On the back of my '65 I am running 15X7 rally one repops. 235/70/15 tires. All of these early GTO's like wheels with a lot of backspacing. A lot of room between the axle flange and the frame channel. Not so much the other way. I'd get some torque thrust's that fit...they look wicked on the early goats.


----------



## pbearly (Apr 18, 2013)

well I go the rear axle installed and finally got to take it out for a little spin. I have a wicked vibration in 4th gear about 3000 rpm. I'm pretty sure it's a driveshaft issue, I mean I went t from 256 gears to 390 so the shaft is spinning a lot faster. The driveline was in the car when I bought it so I'm unsure about the driveshaft. I have nearly 2 inches of the slip yoke showing at the transmission so I'm wondering if anyone can tell me how much should be exposed?


----------



## Instg8ter (Sep 28, 2010)

do you still have the 2:56 posi carrier, i may be interested in buying it off you?


----------



## pbearly (Apr 18, 2013)

Instg8ter said:


> do you still have the 2:56 posi carrier, i may be interested in buying it off you?


I have the complete axle.


----------



## geeteeohguy (Feb 2, 2008)

Your u joints may be out of phase...try unbolting the driveshaft, turning it 180 and bolting it back up. Also make SURE that the rear u joint is centered on the yoke. 2"--4" of slip yoke at the front is normal.


----------



## pbearly (Apr 18, 2013)

Well the problem ended up being the driveshaft, there were a few things wrong with it.
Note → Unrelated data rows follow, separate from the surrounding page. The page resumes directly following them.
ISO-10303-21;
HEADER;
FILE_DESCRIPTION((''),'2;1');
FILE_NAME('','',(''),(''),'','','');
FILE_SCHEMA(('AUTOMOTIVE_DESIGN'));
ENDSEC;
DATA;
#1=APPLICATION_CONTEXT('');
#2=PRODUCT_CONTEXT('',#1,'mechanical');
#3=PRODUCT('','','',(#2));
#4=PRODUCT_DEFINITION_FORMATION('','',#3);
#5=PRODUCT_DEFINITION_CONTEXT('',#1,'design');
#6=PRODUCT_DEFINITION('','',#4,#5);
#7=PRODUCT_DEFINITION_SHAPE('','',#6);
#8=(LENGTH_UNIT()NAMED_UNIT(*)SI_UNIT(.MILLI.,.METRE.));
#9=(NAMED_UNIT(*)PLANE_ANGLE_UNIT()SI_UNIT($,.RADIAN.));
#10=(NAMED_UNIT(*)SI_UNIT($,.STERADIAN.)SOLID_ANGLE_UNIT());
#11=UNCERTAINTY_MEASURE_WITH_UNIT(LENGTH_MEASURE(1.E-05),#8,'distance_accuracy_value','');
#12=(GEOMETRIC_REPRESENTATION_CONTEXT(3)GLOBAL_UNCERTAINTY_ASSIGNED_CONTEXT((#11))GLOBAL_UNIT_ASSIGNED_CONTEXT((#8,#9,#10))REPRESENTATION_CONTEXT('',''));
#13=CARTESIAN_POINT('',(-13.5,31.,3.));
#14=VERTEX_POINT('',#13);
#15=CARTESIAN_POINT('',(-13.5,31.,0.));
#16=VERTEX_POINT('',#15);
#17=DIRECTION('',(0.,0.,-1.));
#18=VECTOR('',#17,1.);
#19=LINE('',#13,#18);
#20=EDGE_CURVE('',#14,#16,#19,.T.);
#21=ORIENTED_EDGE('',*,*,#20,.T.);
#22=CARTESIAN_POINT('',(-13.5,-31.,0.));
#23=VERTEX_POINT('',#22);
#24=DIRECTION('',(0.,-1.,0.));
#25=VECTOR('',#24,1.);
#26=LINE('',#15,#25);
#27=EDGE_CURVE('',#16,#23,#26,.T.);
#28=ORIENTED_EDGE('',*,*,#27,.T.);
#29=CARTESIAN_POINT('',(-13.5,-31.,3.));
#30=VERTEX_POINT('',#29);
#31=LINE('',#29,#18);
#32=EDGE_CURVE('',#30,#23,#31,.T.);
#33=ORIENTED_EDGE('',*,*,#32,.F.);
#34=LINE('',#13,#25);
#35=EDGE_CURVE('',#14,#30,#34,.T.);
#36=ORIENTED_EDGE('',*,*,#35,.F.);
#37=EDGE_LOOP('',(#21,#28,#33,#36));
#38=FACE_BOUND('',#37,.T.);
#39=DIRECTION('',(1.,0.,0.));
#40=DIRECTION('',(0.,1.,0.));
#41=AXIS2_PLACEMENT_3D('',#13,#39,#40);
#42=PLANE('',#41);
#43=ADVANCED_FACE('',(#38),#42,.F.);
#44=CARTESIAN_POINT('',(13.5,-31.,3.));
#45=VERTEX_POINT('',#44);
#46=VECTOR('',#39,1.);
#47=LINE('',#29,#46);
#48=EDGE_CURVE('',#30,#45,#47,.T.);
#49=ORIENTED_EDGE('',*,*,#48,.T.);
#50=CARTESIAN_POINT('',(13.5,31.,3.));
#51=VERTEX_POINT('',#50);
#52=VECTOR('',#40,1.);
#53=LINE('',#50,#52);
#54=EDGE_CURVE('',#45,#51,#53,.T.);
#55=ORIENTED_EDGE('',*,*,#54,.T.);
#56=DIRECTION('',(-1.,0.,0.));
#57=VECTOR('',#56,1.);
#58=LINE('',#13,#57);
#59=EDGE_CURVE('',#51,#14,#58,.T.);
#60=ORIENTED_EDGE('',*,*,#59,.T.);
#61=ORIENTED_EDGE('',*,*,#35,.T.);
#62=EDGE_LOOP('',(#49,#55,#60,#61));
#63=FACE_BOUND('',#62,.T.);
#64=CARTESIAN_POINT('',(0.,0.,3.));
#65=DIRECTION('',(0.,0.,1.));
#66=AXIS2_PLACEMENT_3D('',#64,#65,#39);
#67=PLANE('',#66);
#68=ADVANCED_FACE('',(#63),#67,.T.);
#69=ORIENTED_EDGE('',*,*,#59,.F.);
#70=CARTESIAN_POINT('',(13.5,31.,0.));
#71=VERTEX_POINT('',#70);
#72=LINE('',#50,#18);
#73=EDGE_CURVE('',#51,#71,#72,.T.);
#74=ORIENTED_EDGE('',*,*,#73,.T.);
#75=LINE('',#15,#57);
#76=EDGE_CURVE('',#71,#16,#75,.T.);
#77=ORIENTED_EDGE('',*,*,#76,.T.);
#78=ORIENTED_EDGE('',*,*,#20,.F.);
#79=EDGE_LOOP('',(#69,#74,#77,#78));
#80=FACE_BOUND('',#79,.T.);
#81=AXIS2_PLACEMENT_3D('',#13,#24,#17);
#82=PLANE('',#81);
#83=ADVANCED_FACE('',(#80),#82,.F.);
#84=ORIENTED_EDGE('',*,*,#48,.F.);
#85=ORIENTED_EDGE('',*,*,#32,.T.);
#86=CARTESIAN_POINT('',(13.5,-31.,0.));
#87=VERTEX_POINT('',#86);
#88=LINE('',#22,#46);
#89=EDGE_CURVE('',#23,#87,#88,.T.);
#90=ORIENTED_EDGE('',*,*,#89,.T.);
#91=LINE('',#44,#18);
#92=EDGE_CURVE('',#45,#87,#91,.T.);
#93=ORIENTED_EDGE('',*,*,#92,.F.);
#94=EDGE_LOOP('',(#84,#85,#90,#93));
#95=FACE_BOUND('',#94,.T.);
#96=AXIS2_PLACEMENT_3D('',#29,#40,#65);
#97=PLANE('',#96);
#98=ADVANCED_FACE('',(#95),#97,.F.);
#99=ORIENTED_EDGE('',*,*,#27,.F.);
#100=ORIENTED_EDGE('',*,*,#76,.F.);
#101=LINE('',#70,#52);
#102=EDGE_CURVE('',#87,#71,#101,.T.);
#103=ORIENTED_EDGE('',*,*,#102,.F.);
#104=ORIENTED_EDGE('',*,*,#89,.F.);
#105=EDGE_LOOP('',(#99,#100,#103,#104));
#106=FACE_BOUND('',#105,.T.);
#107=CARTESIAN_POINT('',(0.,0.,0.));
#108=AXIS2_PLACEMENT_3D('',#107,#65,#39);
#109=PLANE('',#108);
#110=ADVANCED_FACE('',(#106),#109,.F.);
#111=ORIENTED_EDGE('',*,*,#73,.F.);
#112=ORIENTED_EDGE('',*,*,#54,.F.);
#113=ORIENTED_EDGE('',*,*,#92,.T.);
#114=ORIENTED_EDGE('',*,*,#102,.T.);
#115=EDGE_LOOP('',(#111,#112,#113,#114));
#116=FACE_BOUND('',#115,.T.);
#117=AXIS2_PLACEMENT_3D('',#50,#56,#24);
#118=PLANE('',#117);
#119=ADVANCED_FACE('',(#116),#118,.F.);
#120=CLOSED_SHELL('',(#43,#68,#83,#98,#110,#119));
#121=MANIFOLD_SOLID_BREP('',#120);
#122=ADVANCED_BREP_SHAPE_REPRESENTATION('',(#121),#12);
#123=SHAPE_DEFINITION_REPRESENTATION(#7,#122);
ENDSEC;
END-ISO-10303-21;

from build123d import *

# Parameters (mm, degrees)
ESQUISSE1_W        = 27
ESQUISSE1_H        = 62
BOSS_EXTRU_1_DEPTH = 3


with BuildPart() as part:
    # Esquisse1 → Boss.-Extru.1 (new body)
    with BuildSketch(Plane.XY):
        Rectangle(ESQUISSE1_W, ESQUISSE1_H)
    extrude(amount=BOSS_EXTRU_1_DEPTH)


solid = part.part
The driveshaft was about 3/4 of an inch short, someone had shortened as a do it yourself project and did a horrible job, the actual driveshaft was bent and had too much run out plus the front yoke was warn out. Lucky for me I have an excellent shop near me that made me a new shaft. They do excellent work and they even make shafts for NASCAR.


----------



## geeteeohguy (Feb 2, 2008)

Thanks for posting the solution. Goes to show that one can never assume _anything_ with a 40-50 year old car that's been through a bunch of owners. Modified driveshaft....who'd of thought? Glad you nailed it.


----------



## pbearly (Apr 18, 2013)

Yeah I nailed it and the car launches like a rocket. I can finally confirm my rev limiter is working. LOL. I'll run the 3.90 gears and see how they work but I'm betting I will go to some 3.23 for better driveability


----------